Work to be completed:
Reproduce the data below line by line, from its first line to the line with "# 스케치1 → 보스-돌출1 (new body)", both included, and nothing past that point.

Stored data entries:
══════

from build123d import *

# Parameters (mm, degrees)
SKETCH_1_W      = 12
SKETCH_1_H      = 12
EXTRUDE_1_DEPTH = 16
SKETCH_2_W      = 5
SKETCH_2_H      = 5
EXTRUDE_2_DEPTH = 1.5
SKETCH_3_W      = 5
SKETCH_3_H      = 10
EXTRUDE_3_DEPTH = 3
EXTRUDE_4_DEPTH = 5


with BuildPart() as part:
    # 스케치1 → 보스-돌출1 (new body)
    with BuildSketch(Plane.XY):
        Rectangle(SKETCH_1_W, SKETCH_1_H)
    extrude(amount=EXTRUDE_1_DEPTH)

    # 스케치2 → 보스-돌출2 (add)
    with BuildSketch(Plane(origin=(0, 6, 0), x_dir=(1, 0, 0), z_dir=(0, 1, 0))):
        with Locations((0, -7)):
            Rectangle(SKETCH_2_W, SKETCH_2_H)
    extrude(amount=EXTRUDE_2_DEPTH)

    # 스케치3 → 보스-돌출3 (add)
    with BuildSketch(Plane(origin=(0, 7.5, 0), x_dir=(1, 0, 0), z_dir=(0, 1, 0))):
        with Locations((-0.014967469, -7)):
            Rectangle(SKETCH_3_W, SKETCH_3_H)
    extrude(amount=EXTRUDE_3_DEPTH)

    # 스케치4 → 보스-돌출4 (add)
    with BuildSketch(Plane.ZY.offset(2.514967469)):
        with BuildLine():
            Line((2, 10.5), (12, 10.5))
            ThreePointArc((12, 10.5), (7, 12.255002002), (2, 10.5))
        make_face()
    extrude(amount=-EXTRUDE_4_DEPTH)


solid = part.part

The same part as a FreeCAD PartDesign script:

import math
import FreeCAD as App
import Part
import Sketcher
Q = App.Units.Quantity

doc = App.newDocument("Part")
body = doc.addObject("PartDesign::Body", "Body")

# Sketch on XY plane
sketch1 = body.newObject("Sketcher::SketchObject", "Sketch")
sketch1.AttachmentSupport = (doc.getObject("XY_Plane"), [""])
sketch1.MapMode = "FlatFace"
sketch1.addGeometry(Part.LineSegment(App.Vector(-6, 6, 0), App.Vector(-6, -6, 0)), False)
sketch1.addGeometry(Part.LineSegment(App.Vector(-6, -6, 0), App.Vector(6, -6, 0)), False)
sketch1.addGeometry(Part.LineSegment(App.Vector(6, -6, 0), App.Vector(6, 6, 0)), False)
sketch1.addGeometry(Part.LineSegment(App.Vector(6, 6, 0), App.Vector(-6, 6, 0)), False)
sketch1.addConstraint(Sketcher.Constraint("Coincident", 0, 2, 1, 1))
sketch1.addConstraint(Sketcher.Constraint("Coincident", 1, 2, 2, 1))
sketch1.addConstraint(Sketcher.Constraint("Coincident", 2, 2, 3, 1))
sketch1.addConstraint(Sketcher.Constraint("Coincident", 3, 2, 0, 1))
sketch1.addConstraint(Sketcher.Constraint("Vertical", 0))
sketch1.addConstraint(Sketcher.Constraint("Horizontal", 1))
sketch1.addConstraint(Sketcher.Constraint("Vertical", 2))
sketch1.addConstraint(Sketcher.Constraint("Horizontal", 3))
sketch1.addConstraint(Sketcher.Constraint("Symmetric", 0, 2, 2, 2, -1, 1))
sketch1.addConstraint(Sketcher.Constraint("Equal", 3, 0))
sketch1.addConstraint(Sketcher.Constraint("DistanceX", 1, 1, 1, 2, Q("12 mm")))
pad1 = body.newObject("PartDesign::Pad", "Pad")
pad1.Profile = sketch1
pad1.Length = 16

# Sketch on XZ plane
sketch2 = body.newObject("Sketcher::SketchObject", "Sketch001")
sketch2.AttachmentSupport = (doc.getObject("XZ_Plane"), [""])
sketch2.MapMode = "FlatFace"
sketch2.AttachmentOffset = App.Placement(App.Vector(0, 0, -6), App.Rotation())
sketch2.addGeometry(Part.LineSegment(App.Vector(-2.5, 4.5, 0), App.Vector(-2.5, 9.5, 0)), False)
sketch2.addGeometry(Part.LineSegment(App.Vector(-2.5, 9.5, 0), App.Vector(2.5, 9.5, 0)), False)
sketch2.addGeometry(Part.LineSegment(App.Vector(2.5, 9.5, 0), App.Vector(2.5, 4.5, 0)), False)
sketch2.addGeometry(Part.LineSegment(App.Vector(2.5, 4.5, 0), App.Vector(-2.5, 4.5, 0)), False)
sketch2.addConstraint(Sketcher.Constraint("Coincident", 0, 2, 1, 1))
sketch2.addConstraint(Sketcher.Constraint("Coincident", 1, 2, 2, 1))
sketch2.addConstraint(Sketcher.Constraint("Coincident", 2, 2, 3, 1))
sketch2.addConstraint(Sketcher.Constraint("Coincident", 3, 2, 0, 1))
sketch2.addConstraint(Sketcher.Constraint("Vertical", 0))
sketch2.addConstraint(Sketcher.Constraint("Horizontal", 1))
sketch2.addConstraint(Sketcher.Constraint("Vertical", 2))
sketch2.addConstraint(Sketcher.Constraint("Horizontal", 3))
sketch2.addConstraint(Sketcher.Constraint("Equal", 3, 0))
sketch2.addConstraint(Sketcher.Constraint("DistanceX", 1, 1, 1, 2, Q("5 mm")))
sketch2.addConstraint(Sketcher.Constraint("DistanceX", 0, 2, -1, 1, Q("2.5 mm")))
sketch2.addConstraint(Sketcher.Constraint("DistanceY", -1, 1, 0, 2, Q("9.5 mm")))
pad2 = body.newObject("PartDesign::Pad", "Pad001")
pad2.Profile = sketch2
pad2.Length = 1.5
pad2.Reversed = True

# Sketch on XZ plane
sketch3 = body.newObject("Sketcher::SketchObject", "Sketch002")
sketch3.AttachmentSupport = (doc.getObject("XZ_Plane"), [""])
sketch3.MapMode = "FlatFace"
sketch3.AttachmentOffset = App.Placement(App.Vector(0, 0, -7.5), App.Rotation())
sketch3.addGeometry(Part.LineSegment(App.Vector(-2.514967, 2, 0), App.Vector(-2.514967, 12, 0)), False)
sketch3.addGeometry(Part.LineSegment(App.Vector(-2.514967, 12, 0), App.Vector(2.485033, 12, 0)), False)
sketch3.addGeometry(Part.LineSegment(App.Vector(2.485033, 12, 0), App.Vector(2.485033, 2, 0)), False)
sketch3.addGeometry(Part.LineSegment(App.Vector(2.485033, 2, 0), App.Vector(-2.514967, 2, 0)), False)
sketch3.addConstraint(Sketcher.Constraint("Coincident", 0, 2, 1, 1))
sketch3.addConstraint(Sketcher.Constraint("Coincident", 1, 2, 2, 1))
sketch3.addConstraint(Sketcher.Constraint("Coincident", 2, 2, 3, 1))
sketch3.addConstraint(Sketcher.Constraint("Coincident", 3, 2, 0, 1))
sketch3.addConstraint(Sketcher.Constraint("Vertical", 0))
sketch3.addConstraint(Sketcher.Constraint("Horizontal", 1))
sketch3.addConstraint(Sketcher.Constraint("Vertical", 2))
sketch3.addConstraint(Sketcher.Constraint("Horizontal", 3))
sketch3.addConstraint(Sketcher.Constraint("DistanceX", 1, 1, 1, 2, Q("5 mm")))
sketch3.addConstraint(Sketcher.Constraint("DistanceY", 0, 1, 0, 2, Q("10 mm")))
sketch3.addConstraint(Sketcher.Constraint("DistanceY", -1, 1, 0, 2, Q("12 mm")))
sketch3.addConstraint(Sketcher.Constraint("DistanceX", 0, 2, -1, 1, Q("2.514967 mm")))
pad3 = body.newObject("PartDesign::Pad", "Pad002")
pad3.Profile = sketch3
pad3.Length = 3
pad3.Reversed = True

# Sketch on YZ plane
sketch4 = body.newObject("Sketcher::SketchObject", "Sketch003")
sketch4.AttachmentSupport = (doc.getObject("YZ_Plane"), [""])
sketch4.MapMode = "FlatFace"
sketch4.AttachmentOffset = App.Placement(App.Vector(0, 0, -2.514967), App.Rotation())
sketch4.addGeometry(Part.LineSegment(App.Vector(10.5, 2, 0), App.Vector(10.5, 12, 0)), False)
sketch4.addGeometry(Part.ArcOfCircle(Part.Circle(App.Vector(4.255002, 7, 0), App.Vector(0, 0, 1), 8), math.radians(-38.682187), math.radians(38.682187)), False)
sketch4.addConstraint(Sketcher.Constraint("Coincident", 0, 1, 1, 1))
sketch4.addConstraint(Sketcher.Constraint("Coincident", 1, 2, 0, 2))
sketch4.addConstraint(Sketcher.Constraint("Vertical", 0))
sketch4.addConstraint(Sketcher.Constraint("Radius", 1, Q("8 mm")))
sketch4.addConstraint(Sketcher.Constraint("DistanceY", 0, 1, 0, 2, Q("10 mm")))
sketch4.addConstraint(Sketcher.Constraint("DistanceY", -1, 1, 1, 3, Q("7 mm")))
sketch4.addConstraint(Sketcher.Constraint("DistanceX", -1, 1, 0, 1, Q("10.5 mm")))
pad4 = body.newObject("PartDesign::Pad", "Pad003")
pad4.Profile = sketch4
pad4.Length = 5

doc.recompute()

══════

Solution to this exercise:
from build123d import *

# Parameters (mm, degrees)
SKETCH_1_W      = 12
SKETCH_1_H      = 12
EXTRUDE_1_DEPTH = 16
SKETCH_2_W      = 5
SKETCH_2_H      = 5
EXTRUDE_2_DEPTH = 1.5
SKETCH_3_W      = 5
SKETCH_3_H      = 10
EXTRUDE_3_DEPTH = 3
EXTRUDE_4_DEPTH = 5


with BuildPart() as part:
    # 스케치1 → 보스-돌출1 (new body)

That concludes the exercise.